EXERCISE MATERIALS.
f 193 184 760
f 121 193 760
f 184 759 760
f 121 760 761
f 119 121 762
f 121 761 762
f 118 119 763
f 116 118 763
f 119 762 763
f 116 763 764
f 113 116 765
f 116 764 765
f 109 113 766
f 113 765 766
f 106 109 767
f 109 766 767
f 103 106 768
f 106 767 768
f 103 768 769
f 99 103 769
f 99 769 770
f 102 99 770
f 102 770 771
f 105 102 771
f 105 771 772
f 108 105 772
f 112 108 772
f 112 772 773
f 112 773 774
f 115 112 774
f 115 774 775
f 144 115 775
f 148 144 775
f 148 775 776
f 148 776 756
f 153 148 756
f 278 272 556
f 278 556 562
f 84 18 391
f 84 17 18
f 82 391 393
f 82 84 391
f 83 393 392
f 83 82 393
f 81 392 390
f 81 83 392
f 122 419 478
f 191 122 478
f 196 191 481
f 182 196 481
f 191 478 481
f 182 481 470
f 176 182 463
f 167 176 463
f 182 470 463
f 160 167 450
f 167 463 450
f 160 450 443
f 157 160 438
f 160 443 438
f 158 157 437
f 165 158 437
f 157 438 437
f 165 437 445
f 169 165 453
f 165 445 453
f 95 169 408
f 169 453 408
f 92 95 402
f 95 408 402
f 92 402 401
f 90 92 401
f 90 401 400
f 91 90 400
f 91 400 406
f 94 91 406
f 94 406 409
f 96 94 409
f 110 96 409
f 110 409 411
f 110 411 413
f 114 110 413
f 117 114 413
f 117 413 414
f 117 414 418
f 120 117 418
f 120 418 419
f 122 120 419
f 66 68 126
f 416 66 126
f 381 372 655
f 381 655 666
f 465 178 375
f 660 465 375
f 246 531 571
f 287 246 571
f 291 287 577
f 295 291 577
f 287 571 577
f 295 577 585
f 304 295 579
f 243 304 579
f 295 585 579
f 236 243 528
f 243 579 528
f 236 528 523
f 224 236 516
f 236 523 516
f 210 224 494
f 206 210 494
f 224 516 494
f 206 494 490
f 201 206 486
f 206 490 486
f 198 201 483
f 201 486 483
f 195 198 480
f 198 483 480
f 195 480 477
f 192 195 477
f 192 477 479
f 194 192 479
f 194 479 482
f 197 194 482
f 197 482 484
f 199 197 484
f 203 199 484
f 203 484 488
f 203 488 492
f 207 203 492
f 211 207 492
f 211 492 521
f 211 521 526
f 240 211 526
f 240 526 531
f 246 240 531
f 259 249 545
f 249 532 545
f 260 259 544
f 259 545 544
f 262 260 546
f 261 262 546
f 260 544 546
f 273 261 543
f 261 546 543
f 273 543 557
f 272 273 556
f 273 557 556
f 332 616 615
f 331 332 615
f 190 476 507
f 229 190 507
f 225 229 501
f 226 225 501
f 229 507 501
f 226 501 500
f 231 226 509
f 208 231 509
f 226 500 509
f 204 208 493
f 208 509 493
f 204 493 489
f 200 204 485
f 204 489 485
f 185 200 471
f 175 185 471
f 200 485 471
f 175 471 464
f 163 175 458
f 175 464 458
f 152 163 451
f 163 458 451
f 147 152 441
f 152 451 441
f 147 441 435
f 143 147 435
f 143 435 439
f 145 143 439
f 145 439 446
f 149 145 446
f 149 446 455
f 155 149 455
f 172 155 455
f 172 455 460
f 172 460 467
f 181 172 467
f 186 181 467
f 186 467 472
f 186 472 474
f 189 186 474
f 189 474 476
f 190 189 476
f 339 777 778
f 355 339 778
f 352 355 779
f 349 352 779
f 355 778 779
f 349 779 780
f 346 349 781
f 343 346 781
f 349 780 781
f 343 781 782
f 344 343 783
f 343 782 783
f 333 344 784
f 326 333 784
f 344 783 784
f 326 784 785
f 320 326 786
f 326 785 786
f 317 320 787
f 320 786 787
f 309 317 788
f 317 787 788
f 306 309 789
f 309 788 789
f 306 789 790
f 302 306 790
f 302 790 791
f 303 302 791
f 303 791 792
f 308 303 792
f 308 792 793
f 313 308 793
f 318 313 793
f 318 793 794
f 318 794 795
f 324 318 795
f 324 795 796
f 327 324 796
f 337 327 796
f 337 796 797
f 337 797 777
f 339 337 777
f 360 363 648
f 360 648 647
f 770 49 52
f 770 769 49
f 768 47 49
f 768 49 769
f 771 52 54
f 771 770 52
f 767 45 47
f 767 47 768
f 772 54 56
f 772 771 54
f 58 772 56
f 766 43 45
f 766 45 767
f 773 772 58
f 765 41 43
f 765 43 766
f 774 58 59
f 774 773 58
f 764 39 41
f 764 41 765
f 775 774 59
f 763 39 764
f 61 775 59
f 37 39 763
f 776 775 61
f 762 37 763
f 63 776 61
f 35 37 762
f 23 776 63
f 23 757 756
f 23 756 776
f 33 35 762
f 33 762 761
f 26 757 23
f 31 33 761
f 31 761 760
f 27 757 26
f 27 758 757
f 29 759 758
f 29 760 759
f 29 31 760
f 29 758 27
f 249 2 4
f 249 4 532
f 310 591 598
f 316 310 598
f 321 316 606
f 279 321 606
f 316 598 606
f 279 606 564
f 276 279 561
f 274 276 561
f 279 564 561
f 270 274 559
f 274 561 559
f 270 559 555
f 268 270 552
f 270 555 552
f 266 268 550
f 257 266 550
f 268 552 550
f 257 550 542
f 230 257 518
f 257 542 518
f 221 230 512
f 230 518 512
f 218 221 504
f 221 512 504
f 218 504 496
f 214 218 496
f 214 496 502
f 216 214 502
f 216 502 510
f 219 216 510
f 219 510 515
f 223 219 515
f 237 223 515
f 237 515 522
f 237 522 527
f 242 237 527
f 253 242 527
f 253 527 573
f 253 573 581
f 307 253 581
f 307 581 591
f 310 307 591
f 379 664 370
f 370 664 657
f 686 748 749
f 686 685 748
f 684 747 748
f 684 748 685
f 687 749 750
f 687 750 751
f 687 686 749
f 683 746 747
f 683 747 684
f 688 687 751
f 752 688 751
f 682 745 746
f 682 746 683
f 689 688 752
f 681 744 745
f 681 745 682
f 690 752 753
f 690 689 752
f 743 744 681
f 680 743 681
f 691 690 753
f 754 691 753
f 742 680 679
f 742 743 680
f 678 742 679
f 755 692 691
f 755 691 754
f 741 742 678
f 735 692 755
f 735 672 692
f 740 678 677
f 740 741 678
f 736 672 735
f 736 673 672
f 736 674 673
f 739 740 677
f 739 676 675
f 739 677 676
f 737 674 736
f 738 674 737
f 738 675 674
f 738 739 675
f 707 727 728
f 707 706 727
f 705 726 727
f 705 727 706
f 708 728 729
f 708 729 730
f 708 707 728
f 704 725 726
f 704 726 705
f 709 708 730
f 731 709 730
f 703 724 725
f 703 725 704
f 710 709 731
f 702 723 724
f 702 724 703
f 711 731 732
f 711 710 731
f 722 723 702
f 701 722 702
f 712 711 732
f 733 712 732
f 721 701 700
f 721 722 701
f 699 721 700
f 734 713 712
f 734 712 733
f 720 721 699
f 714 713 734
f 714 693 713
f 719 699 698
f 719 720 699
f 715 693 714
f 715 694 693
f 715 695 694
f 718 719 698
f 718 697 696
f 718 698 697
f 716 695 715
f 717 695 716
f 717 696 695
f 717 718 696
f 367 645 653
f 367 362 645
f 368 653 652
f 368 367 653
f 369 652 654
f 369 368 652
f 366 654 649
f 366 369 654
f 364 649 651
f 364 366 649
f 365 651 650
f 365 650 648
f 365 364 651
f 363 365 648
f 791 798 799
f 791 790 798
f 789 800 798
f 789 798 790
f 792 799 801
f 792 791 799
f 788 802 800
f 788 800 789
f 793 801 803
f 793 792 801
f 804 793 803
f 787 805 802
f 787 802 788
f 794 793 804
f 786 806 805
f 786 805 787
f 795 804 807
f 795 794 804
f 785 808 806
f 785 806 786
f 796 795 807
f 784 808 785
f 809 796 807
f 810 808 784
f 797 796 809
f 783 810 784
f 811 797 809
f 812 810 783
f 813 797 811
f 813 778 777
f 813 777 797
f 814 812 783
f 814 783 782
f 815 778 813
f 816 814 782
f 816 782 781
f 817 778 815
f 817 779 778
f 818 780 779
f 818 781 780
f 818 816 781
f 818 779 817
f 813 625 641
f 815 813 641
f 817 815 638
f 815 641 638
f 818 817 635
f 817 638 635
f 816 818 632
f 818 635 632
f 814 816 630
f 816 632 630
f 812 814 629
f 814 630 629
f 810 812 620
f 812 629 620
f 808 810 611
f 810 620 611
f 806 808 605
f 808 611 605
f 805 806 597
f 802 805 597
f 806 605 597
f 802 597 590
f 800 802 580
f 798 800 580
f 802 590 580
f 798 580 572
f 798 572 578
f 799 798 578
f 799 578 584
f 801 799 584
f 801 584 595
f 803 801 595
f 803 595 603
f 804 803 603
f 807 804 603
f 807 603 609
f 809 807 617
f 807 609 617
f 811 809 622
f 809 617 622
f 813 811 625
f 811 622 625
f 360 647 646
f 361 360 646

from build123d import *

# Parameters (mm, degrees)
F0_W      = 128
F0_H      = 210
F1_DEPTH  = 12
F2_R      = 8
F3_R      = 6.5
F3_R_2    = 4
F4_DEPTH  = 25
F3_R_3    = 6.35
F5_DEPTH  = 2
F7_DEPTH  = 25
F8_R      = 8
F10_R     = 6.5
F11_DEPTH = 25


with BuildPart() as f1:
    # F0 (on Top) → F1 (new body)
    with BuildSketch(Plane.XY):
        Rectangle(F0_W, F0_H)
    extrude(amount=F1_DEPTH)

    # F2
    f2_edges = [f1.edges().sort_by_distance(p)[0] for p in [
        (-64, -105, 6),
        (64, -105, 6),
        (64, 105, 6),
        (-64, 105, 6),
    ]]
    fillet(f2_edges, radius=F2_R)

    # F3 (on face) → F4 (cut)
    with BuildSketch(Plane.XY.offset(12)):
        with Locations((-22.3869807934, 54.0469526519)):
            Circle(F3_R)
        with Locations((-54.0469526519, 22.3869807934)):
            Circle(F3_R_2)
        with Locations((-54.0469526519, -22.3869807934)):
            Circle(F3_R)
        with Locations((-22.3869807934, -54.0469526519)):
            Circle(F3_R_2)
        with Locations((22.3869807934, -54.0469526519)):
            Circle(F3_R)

TASK GOAL. When a line in the material above includes the word "with", copy that line.

EXPECTED ANSWER.
with BuildPart() as f1:
    with BuildSketch(Plane.XY):
    with BuildSketch(Plane.XY.offset(12)):
        with Locations((-22.3869807934, 54.0469526519)):
        with Locations((-54.0469526519, 22.3869807934)):
        with Locations((-54.0469526519, -22.3869807934)):
        with Locations((-22.3869807934, -54.0469526519)):
        with Locations((22.3869807934, -54.0469526519)):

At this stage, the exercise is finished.